Das Eis der Polarkappen schmilzt, der Meeresspiegel steigt, weltweit kommt es zu extremen Wetterereignissen: Der Klimawandel wird zunehmend spürbarer. Daher ist es wichtig jetzt zu handeln! Bereits 2016 hatte die Bundesregierung mit dem Klimaschutzplan 2050 eine langfristige Klimaschutzstrategie beschlossen, wie sie im Pariser Abkommen gefordert wurden. Ende 2019 legte sie mit dem Klimaschutzprogramm 2030 nach. In diesem Beitrag erfahren Sie, was sich hinter dem Klimaschutzplan verbirgt und welche Bedeutung dieser für Mieterstrom-Projekte hat.

  1. Was verbirgt sich hinter dem Klimaschutzplan 2050?
  2. Was sieht das Klimaschutzprogramm 2030 vor?
  3. Bedeutung des Klimaschutzplans für Immobilien
  4. Klimaneutrale Gebäude durch erneuerbare Energien
  5. Mit Mieterstrom zum klimaneutralen Gebäudebestand

 

 

Was verbirgt sich hinter dem Klimaschutzplan 2050?

Der Klimaschutzplan 2050 wurde bereits im November 2016 verabschiedet. Mit diesem will Deutschland seinen Teil zum Pariser Abkommen beitragen. Im Dezember 2015 hat die Staatengemeinschaft auf dem Klimagipfel in Paris festgelegt, die Erderwärmung auf deutlich unter zwei Grad Celsius gegenüber dem vorindustriellen Zeitalter zu begrenzen. Mittelfristiges Ziel des Klimaschutzplans 2050 ist es, die Treibhausgasemissionen in Deutschland bis 2030 um mindestens 55 Prozent gegenüber dem Niveau von 1990 zu senken. Bis 2050 soll Deutschland sogar weitgehend treibhausgasneutral wirtschaften.

Damit legt der Klimaschutzplan 2050 jedoch lediglich eine Grundlage. Konkrete Maßnahmenprogramme und Einzelmaßnahmen folgten mit dem Klimaschutzprogramm 2030.

 

 

Was sieht das Klimaschutzprogramm 2030 vor?

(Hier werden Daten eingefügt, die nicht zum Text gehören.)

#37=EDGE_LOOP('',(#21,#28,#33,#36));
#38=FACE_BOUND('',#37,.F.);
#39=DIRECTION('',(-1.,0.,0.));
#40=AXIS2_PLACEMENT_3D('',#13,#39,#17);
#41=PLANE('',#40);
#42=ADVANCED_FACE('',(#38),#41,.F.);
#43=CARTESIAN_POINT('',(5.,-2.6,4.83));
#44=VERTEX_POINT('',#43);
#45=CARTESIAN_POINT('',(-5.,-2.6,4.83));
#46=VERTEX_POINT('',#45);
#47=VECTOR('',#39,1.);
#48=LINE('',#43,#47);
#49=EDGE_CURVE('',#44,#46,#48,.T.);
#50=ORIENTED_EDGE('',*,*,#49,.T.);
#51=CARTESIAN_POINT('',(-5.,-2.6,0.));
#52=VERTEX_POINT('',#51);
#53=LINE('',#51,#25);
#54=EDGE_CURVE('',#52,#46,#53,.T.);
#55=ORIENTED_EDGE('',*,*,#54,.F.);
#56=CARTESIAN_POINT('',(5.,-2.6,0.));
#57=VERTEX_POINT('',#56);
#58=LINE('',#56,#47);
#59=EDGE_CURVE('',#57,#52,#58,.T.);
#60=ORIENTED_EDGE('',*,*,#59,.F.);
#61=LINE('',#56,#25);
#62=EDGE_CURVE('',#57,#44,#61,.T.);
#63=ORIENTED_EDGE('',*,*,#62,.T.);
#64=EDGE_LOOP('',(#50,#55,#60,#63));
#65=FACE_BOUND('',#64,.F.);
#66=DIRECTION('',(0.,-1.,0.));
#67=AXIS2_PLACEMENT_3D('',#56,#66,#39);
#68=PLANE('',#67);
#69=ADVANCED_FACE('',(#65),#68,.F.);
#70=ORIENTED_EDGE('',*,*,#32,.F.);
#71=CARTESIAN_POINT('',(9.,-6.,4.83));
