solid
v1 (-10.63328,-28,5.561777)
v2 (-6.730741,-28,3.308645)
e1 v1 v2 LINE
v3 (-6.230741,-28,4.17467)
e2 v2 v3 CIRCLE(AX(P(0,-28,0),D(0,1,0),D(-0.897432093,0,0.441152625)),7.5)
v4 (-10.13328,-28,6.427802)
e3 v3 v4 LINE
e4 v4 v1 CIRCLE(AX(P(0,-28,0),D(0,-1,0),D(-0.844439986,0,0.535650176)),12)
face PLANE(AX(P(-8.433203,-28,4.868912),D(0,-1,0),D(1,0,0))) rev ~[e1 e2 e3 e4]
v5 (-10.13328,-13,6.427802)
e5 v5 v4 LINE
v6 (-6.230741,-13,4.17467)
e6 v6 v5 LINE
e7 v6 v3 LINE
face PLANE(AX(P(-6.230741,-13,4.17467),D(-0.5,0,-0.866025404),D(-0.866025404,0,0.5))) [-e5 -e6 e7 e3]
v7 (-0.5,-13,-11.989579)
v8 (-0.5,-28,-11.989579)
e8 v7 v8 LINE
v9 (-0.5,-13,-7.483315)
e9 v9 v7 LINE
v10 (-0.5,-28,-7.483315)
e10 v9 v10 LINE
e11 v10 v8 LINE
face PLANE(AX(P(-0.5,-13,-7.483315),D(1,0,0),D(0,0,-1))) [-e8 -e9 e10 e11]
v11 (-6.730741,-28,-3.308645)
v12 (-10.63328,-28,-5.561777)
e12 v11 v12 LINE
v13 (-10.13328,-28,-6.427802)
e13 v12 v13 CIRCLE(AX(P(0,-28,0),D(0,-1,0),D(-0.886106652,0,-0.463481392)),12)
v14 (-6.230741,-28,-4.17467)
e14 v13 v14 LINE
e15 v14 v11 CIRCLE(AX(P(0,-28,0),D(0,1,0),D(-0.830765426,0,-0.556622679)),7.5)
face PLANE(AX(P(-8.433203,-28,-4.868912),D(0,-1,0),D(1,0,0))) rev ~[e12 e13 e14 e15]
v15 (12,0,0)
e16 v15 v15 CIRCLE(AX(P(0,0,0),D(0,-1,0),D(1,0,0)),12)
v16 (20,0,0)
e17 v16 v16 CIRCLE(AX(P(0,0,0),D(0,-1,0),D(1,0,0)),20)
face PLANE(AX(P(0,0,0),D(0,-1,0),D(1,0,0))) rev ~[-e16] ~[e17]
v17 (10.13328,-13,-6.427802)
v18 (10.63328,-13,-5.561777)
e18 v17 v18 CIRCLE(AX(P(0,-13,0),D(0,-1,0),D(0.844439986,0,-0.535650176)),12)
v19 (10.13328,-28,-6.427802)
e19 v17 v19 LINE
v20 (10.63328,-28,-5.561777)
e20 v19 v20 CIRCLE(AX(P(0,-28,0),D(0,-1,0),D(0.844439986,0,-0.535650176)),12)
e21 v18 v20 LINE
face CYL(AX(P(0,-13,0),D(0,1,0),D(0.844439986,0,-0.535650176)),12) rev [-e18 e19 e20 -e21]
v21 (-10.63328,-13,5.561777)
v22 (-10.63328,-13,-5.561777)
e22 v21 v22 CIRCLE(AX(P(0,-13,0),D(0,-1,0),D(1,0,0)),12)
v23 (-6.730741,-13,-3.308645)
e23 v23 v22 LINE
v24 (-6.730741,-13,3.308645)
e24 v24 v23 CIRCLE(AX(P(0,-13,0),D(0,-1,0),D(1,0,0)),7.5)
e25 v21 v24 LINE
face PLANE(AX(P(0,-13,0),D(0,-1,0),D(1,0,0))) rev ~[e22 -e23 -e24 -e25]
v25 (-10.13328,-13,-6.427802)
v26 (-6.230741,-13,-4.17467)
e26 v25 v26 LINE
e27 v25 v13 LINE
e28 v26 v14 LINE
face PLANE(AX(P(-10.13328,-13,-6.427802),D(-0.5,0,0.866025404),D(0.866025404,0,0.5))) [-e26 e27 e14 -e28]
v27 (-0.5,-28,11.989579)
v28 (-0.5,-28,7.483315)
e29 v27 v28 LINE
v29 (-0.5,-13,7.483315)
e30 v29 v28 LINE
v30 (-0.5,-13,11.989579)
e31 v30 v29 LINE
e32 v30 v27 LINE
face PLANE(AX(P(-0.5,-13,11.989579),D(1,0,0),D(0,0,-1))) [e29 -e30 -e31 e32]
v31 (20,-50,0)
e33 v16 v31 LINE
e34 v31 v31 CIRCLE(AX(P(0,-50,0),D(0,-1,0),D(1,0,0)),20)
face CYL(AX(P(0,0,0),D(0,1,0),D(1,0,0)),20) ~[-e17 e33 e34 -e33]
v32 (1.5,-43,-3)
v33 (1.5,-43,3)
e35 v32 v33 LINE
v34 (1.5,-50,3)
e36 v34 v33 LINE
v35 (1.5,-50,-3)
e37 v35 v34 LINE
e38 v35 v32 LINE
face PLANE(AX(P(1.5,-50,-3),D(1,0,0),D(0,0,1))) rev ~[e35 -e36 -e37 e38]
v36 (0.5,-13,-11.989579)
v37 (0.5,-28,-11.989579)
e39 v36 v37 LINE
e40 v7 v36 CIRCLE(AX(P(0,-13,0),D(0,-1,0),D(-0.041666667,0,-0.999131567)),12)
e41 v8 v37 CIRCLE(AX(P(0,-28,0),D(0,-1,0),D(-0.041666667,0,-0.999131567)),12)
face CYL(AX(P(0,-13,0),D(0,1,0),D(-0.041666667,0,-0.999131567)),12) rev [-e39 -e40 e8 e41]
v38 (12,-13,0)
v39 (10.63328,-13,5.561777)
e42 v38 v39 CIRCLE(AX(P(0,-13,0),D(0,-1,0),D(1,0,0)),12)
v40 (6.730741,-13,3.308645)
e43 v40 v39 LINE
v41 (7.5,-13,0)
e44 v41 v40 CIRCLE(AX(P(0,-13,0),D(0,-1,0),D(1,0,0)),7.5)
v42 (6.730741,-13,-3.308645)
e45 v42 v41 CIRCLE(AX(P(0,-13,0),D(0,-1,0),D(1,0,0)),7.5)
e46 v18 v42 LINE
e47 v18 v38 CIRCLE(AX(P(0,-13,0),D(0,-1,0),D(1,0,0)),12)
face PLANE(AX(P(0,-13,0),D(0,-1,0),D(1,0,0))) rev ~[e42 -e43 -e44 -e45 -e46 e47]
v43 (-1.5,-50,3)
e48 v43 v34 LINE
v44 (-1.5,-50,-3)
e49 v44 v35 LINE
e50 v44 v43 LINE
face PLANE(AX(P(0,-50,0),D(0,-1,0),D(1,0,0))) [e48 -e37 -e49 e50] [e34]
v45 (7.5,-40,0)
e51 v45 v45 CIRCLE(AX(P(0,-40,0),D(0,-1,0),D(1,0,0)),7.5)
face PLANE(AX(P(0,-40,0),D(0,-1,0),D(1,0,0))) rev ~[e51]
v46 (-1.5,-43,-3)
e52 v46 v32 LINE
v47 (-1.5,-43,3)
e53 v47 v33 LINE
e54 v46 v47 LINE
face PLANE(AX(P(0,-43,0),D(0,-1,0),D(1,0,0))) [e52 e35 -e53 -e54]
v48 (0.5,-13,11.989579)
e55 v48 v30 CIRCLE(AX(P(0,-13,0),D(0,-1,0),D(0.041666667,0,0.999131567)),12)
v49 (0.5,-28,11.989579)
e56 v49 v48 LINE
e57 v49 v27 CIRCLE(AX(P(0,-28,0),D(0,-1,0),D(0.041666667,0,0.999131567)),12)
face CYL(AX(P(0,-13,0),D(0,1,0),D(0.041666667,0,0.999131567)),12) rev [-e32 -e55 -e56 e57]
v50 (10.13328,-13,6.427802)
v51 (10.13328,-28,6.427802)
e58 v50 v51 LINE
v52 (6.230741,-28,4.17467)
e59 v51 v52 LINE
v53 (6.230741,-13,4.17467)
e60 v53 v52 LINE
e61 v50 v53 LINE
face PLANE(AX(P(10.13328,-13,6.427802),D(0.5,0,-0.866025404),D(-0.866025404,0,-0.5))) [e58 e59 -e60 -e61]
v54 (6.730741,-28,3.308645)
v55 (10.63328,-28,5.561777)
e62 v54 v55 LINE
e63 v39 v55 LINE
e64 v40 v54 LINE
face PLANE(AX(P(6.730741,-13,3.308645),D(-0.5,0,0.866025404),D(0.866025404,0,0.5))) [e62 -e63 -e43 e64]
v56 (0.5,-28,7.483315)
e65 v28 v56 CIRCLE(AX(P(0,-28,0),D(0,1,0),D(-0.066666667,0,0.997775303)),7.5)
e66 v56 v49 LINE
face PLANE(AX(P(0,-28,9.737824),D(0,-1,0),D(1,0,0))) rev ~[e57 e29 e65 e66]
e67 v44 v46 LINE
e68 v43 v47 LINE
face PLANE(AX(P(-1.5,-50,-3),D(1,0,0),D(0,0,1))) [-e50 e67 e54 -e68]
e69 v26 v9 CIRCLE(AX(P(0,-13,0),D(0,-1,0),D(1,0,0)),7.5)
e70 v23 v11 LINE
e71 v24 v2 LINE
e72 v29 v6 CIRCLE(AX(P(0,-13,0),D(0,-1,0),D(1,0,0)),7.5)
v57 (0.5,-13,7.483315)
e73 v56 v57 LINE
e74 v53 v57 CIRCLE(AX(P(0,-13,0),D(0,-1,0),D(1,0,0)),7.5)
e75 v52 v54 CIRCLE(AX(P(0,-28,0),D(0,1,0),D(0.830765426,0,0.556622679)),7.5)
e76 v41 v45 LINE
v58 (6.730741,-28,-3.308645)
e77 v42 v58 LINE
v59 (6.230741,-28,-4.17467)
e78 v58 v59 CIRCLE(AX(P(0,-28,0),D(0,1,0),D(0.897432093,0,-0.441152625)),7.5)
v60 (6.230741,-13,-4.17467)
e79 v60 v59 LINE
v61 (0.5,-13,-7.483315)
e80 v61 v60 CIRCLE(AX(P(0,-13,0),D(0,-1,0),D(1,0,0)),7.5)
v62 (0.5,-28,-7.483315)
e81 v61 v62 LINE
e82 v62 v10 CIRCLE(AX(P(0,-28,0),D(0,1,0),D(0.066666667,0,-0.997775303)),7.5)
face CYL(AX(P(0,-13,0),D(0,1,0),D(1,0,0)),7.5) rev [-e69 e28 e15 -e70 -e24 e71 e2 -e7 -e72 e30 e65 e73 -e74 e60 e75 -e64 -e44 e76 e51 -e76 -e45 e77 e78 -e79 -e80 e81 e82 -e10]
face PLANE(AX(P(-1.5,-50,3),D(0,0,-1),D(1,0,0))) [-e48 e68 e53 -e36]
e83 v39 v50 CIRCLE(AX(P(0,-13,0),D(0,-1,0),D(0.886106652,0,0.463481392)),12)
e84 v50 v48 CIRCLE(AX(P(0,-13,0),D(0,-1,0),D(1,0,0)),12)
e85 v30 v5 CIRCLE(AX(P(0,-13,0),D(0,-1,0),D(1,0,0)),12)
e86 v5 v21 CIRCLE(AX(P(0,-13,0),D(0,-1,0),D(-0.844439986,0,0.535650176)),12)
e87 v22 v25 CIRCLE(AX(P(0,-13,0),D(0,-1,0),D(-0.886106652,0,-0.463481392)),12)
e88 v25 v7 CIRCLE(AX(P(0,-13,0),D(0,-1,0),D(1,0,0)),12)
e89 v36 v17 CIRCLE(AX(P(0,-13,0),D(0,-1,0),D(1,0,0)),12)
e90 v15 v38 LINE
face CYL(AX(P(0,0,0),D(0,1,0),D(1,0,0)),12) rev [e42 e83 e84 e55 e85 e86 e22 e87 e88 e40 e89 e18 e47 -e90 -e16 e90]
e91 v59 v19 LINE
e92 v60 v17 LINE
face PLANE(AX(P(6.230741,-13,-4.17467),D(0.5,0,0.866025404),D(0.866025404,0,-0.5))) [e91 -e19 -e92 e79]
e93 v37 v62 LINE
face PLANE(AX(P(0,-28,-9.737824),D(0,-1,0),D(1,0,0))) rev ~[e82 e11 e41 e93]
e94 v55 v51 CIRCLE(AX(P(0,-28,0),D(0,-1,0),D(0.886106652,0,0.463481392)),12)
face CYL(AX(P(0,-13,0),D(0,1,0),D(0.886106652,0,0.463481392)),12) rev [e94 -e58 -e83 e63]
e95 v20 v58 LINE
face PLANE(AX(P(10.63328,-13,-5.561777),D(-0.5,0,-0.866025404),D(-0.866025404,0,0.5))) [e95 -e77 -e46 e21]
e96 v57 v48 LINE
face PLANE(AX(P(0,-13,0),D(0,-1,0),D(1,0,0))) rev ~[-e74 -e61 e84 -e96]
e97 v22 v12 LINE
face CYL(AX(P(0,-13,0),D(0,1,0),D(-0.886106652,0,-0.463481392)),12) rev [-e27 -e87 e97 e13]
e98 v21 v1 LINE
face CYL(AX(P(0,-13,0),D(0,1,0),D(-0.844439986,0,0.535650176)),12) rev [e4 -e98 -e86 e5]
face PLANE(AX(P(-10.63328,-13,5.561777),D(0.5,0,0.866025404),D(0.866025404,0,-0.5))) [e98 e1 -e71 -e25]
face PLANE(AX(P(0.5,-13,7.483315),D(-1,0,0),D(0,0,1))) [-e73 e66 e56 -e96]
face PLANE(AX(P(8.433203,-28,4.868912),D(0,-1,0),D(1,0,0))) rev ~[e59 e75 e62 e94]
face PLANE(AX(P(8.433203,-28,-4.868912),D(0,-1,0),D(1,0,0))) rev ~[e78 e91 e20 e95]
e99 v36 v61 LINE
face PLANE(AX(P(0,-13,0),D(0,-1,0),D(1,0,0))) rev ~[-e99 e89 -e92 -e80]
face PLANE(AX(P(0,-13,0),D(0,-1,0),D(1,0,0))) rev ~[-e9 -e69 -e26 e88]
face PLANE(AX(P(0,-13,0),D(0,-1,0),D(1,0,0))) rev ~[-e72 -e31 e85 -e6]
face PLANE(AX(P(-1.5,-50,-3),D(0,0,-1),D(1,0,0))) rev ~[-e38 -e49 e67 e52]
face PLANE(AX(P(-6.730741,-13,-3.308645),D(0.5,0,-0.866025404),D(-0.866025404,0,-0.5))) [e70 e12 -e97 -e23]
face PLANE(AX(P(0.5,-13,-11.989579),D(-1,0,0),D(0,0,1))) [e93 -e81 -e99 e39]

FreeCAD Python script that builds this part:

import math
import FreeCAD as App
import Part
import Sketcher
from FreeCAD import Vector
Q = App.Units.Quantity


def add_polygon(sketch, points):
    """Adds a closed chain of lines whose ends are joined by coincident constraints."""
    first, n = sketch.GeometryCount, len(points)
    for a, b in zip(points, points[1:] + points[:1]):
        sketch.addGeometry(Part.LineSegment(App.Vector(*a, 0), App.Vector(*b, 0)), False)
    for i in range(n):
        sketch.addConstraint(Sketcher.Constraint("Coincident", first + i, 2, first + (i + 1) % n, 1))

doc = App.newDocument("Part")
params = doc.addObject("Spreadsheet::Sheet", "Params")
for row, (alias, value) in enumerate([
    ("sketch1_diameter", "40 mm"),
    ("sketch1_diameter2", "24 mm"),
    ("pad1_length", "50 mm"),
    ("sketch2_diameter", "24 mm"),
    ("sketch2_diameter2", "15 mm"),
    ("pad2_length", "37 mm"),
    ("sketch3_radius", "12 mm"),
    ("sketch3_radius2", "7.5 mm"),
    ("pocket1_length", "10 mm"),
    ("sketch4_radius", "12 mm"),
    ("sketch4_radius2", "7.5 mm"),
    ("pocket2_length", "15 mm"),
    ("sketch5_diameter", "15 mm"),
    ("pad3_length", "10 mm"),
    ("sketch6_width", "3 mm"),
    ("sketch6_height", "6 mm"),
    ("pocket3_length", "7 mm"),
], start=1):
    params.set(f"A{row}", alias)
    params.set(f"B{row}", "=" + value)
    params.setAlias(f"B{row}", alias)

body = doc.addObject("PartDesign::Body", "Body")

# Sketch on XZ plane
sketch1 = body.newObject("Sketcher::SketchObject", "Sketch")
sketch1.AttachmentSupport = (doc.getObject("XZ_Plane"), [""])
sketch1.MapMode = "FlatFace"
sketch1.addGeometry([
    Part.Circle(Vector(0, 0, 0), Vector(0, 0, 1), 20),
    Part.Circle(Vector(0, 0, 0), Vector(0, 0, 1), 12),
], False)
sketch1.addConstraint([
    Sketcher.Constraint("Coincident", 0, 3, -1, 1),
    Sketcher.Constraint("Coincident", 1, 3, -1, 1),
    Sketcher.Constraint("Diameter", 0, 40.0),
    Sketcher.Constraint("Diameter", 1, 24.0),
])
sketch1.setExpression("Constraints[2]", "Params.sketch1_diameter")
sketch1.setExpression("Constraints[3]", "Params.sketch1_diameter2")
pad1 = body.newObject("PartDesign::Pad", "Pad")
pad1.Profile = sketch1
pad1.setExpression("Length", "Params.pad1_length")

Im Oktober 2019 legte die Bundesregierung mit dem Klimaschutzprogramm 2030 einen konkreten Plan nach, mit dem die zuvor festgelegten Ziele erreicht werden sollen. Dieser sieht einen komplexen Maßnahmen-Katalog vor. Wir stellen einige der wichtigsten Punkte vor:

  • Herzstück des Plans ist eine neue CO2-Bepreisung, die ab 2021 gültig wird. Bisher gibt es eine solche Bepreisung bereits für die Energiewirtschaft und die energieintensive Industrie. Nun folgen die Bereiche Verkehr und Wärme. Die Einnahmen will die Bundesregierung in Klimaschutzmaßnahmen investieren oder in Form von Entlastungen und Fördermaßnahmen an die Bürge*innen zurückgeben.

  • Der Plan sieht außerdem einen schrittweisen Ausstieg aus der Kohleverstromung vor. Bis 2030 sollen Kohlekraftwerke nur noch 17 Gigawatt Strom produzieren - acht Jahre später soll der endgültige Ausstieg verwirklicht sein.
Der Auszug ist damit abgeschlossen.